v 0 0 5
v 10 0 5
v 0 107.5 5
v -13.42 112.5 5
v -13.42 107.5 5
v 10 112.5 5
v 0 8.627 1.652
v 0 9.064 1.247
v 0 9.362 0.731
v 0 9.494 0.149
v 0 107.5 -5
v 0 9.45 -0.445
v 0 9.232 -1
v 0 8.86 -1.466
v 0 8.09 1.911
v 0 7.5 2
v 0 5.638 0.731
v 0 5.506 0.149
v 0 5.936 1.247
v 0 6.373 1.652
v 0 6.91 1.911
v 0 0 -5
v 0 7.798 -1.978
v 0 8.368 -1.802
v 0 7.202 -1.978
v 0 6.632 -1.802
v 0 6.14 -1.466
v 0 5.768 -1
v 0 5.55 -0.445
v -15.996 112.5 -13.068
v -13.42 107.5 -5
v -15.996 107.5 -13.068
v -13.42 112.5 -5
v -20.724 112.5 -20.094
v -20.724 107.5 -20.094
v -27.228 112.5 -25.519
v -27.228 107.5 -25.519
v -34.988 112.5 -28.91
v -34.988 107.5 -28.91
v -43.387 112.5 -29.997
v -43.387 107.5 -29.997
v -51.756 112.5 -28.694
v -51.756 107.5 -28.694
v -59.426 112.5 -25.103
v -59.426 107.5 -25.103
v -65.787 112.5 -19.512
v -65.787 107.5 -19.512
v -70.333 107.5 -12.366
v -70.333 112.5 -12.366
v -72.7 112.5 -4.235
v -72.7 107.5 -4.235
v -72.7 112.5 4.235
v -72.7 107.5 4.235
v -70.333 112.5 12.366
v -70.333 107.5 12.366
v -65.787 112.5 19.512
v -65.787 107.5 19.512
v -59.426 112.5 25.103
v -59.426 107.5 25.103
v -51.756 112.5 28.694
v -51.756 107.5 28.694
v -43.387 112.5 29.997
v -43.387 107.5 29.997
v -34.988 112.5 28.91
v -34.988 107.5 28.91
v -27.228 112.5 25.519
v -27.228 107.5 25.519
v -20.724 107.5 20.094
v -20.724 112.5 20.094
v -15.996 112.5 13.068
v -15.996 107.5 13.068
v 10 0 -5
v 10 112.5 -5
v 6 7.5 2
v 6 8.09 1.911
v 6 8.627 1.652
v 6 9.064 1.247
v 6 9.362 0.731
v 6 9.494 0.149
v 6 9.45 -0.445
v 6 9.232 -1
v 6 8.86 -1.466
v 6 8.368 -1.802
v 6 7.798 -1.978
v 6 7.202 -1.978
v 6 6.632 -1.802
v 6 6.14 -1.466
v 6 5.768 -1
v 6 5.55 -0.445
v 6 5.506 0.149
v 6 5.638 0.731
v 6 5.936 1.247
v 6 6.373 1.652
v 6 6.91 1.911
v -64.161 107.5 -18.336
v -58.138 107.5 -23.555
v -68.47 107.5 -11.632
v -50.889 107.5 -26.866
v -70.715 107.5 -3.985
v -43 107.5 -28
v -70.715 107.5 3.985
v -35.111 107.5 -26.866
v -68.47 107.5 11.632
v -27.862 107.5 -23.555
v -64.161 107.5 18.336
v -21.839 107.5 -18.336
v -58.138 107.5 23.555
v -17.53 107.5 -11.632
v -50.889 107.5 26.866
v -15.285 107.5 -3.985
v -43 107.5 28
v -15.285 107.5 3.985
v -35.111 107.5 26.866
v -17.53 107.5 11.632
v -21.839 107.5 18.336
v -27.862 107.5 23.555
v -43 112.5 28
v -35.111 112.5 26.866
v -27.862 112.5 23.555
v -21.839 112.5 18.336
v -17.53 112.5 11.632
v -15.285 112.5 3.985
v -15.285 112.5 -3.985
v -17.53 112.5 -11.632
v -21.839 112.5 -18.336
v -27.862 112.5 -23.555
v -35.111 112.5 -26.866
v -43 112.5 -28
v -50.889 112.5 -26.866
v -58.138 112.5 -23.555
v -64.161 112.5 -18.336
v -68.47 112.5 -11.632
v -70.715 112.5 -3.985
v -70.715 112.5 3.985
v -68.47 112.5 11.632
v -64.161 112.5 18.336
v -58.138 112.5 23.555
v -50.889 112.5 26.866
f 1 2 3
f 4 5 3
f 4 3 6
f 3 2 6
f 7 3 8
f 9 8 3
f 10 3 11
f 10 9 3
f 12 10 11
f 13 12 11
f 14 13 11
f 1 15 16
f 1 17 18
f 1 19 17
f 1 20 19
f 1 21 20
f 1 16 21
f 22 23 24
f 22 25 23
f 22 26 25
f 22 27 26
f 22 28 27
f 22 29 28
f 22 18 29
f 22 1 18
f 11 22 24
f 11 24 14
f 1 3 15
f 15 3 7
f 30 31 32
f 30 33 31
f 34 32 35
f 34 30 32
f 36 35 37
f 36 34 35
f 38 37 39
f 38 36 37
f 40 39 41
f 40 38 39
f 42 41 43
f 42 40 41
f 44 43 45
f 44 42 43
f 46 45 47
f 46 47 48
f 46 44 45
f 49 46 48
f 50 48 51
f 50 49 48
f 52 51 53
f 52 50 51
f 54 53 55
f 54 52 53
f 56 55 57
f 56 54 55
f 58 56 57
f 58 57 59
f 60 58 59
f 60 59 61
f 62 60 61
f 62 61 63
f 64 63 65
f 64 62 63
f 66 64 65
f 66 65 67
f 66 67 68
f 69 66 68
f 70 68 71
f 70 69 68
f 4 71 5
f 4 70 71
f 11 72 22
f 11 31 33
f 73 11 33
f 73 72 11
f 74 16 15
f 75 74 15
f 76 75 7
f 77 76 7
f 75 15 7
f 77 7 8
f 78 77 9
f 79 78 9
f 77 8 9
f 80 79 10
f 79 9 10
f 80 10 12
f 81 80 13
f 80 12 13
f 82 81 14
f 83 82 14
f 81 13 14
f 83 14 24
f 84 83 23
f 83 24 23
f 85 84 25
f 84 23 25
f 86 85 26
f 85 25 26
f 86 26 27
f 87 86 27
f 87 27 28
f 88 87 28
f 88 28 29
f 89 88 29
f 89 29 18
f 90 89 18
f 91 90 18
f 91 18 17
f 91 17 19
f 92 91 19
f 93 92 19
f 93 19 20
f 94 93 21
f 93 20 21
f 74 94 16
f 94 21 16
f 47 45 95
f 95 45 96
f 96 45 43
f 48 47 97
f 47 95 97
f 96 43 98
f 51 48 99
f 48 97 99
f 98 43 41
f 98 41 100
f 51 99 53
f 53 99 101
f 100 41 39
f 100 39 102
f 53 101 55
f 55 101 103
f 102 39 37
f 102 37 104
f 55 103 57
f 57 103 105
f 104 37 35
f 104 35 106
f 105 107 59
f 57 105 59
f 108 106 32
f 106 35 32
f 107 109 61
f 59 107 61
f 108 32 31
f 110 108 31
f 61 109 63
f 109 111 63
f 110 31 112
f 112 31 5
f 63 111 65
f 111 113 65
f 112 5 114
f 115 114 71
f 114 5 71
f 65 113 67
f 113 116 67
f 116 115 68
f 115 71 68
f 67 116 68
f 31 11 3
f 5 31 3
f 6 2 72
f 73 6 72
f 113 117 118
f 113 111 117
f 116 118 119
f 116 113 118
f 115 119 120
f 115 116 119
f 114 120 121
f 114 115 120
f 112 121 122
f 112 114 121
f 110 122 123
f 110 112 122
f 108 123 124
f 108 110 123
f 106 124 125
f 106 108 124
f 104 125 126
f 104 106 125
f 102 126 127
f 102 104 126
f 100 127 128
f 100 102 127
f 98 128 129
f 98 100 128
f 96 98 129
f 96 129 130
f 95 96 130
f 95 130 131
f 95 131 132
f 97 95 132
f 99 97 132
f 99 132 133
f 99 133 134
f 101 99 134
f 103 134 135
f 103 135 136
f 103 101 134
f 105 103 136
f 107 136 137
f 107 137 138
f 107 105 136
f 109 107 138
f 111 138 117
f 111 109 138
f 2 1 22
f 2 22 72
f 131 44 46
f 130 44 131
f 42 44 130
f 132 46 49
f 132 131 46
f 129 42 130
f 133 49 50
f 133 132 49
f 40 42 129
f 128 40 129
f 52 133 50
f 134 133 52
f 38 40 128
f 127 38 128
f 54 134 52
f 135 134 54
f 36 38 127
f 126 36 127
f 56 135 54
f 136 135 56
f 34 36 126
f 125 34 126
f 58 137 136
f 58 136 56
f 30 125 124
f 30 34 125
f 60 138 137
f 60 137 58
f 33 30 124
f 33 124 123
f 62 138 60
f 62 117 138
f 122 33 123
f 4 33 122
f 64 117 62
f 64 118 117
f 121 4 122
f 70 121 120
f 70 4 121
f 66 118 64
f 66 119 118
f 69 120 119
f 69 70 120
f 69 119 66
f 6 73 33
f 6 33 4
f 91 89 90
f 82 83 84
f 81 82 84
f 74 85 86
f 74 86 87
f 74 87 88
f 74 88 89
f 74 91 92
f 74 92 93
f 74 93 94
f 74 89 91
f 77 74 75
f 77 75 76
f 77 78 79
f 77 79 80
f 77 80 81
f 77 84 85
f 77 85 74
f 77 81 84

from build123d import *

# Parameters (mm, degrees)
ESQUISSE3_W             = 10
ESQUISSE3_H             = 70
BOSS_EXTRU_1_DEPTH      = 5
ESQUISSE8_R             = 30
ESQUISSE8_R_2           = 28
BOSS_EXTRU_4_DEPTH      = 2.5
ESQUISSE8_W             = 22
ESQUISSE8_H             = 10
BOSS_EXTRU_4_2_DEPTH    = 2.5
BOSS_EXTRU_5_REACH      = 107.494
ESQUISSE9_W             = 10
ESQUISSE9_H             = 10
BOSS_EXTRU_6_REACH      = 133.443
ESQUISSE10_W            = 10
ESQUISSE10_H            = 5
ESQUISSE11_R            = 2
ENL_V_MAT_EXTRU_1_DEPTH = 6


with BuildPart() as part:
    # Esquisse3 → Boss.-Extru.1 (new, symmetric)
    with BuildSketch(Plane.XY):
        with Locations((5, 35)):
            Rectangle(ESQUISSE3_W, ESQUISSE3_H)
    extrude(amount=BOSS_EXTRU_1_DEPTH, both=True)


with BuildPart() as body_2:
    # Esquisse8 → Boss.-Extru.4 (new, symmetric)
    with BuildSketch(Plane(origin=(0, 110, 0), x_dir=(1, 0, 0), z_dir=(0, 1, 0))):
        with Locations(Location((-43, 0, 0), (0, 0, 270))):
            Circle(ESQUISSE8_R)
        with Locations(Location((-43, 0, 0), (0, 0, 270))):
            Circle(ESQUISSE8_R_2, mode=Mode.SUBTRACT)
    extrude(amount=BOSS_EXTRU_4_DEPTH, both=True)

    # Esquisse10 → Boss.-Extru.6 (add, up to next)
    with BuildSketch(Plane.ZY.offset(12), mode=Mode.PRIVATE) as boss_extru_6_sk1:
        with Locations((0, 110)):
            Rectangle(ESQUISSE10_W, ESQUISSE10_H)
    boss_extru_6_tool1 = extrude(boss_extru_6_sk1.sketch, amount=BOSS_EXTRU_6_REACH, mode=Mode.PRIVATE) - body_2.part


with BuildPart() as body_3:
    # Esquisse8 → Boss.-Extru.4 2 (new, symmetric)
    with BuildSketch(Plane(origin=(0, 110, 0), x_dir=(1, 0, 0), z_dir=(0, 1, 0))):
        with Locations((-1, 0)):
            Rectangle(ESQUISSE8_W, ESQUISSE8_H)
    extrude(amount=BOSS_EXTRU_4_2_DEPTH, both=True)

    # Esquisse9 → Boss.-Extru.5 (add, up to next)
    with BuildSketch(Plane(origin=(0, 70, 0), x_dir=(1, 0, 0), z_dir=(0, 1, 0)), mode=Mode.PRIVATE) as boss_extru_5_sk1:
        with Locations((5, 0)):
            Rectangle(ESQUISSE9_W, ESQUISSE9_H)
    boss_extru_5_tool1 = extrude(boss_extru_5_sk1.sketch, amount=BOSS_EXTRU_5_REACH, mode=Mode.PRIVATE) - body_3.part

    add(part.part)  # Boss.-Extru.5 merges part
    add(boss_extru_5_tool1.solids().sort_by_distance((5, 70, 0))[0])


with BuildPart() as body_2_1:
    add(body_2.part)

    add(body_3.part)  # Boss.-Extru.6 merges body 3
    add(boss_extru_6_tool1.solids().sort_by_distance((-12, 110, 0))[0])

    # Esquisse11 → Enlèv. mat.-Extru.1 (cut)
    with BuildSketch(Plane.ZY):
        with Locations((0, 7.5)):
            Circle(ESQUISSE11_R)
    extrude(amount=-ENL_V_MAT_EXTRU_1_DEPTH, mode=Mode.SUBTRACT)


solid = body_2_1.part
++++++
Task details:
Working from the data above, extract solely the lines from the one containing "v -70.715 107.5 3.985" through the one containing "v -43 107.5 28", exactly as they appear, both included.

Answer box:
v -70.715 107.5 3.985
v -35.111 107.5 -26.866
v -68.47 107.5 11.632
v -27.862 107.5 -23.555
v -64.161 107.5 18.336
v -21.839 107.5 -18.336
v -58.138 107.5 23.555
v -17.53 107.5 -11.632
v -50.889 107.5 26.866
v -15.285 107.5 -3.985
v -43 107.5 28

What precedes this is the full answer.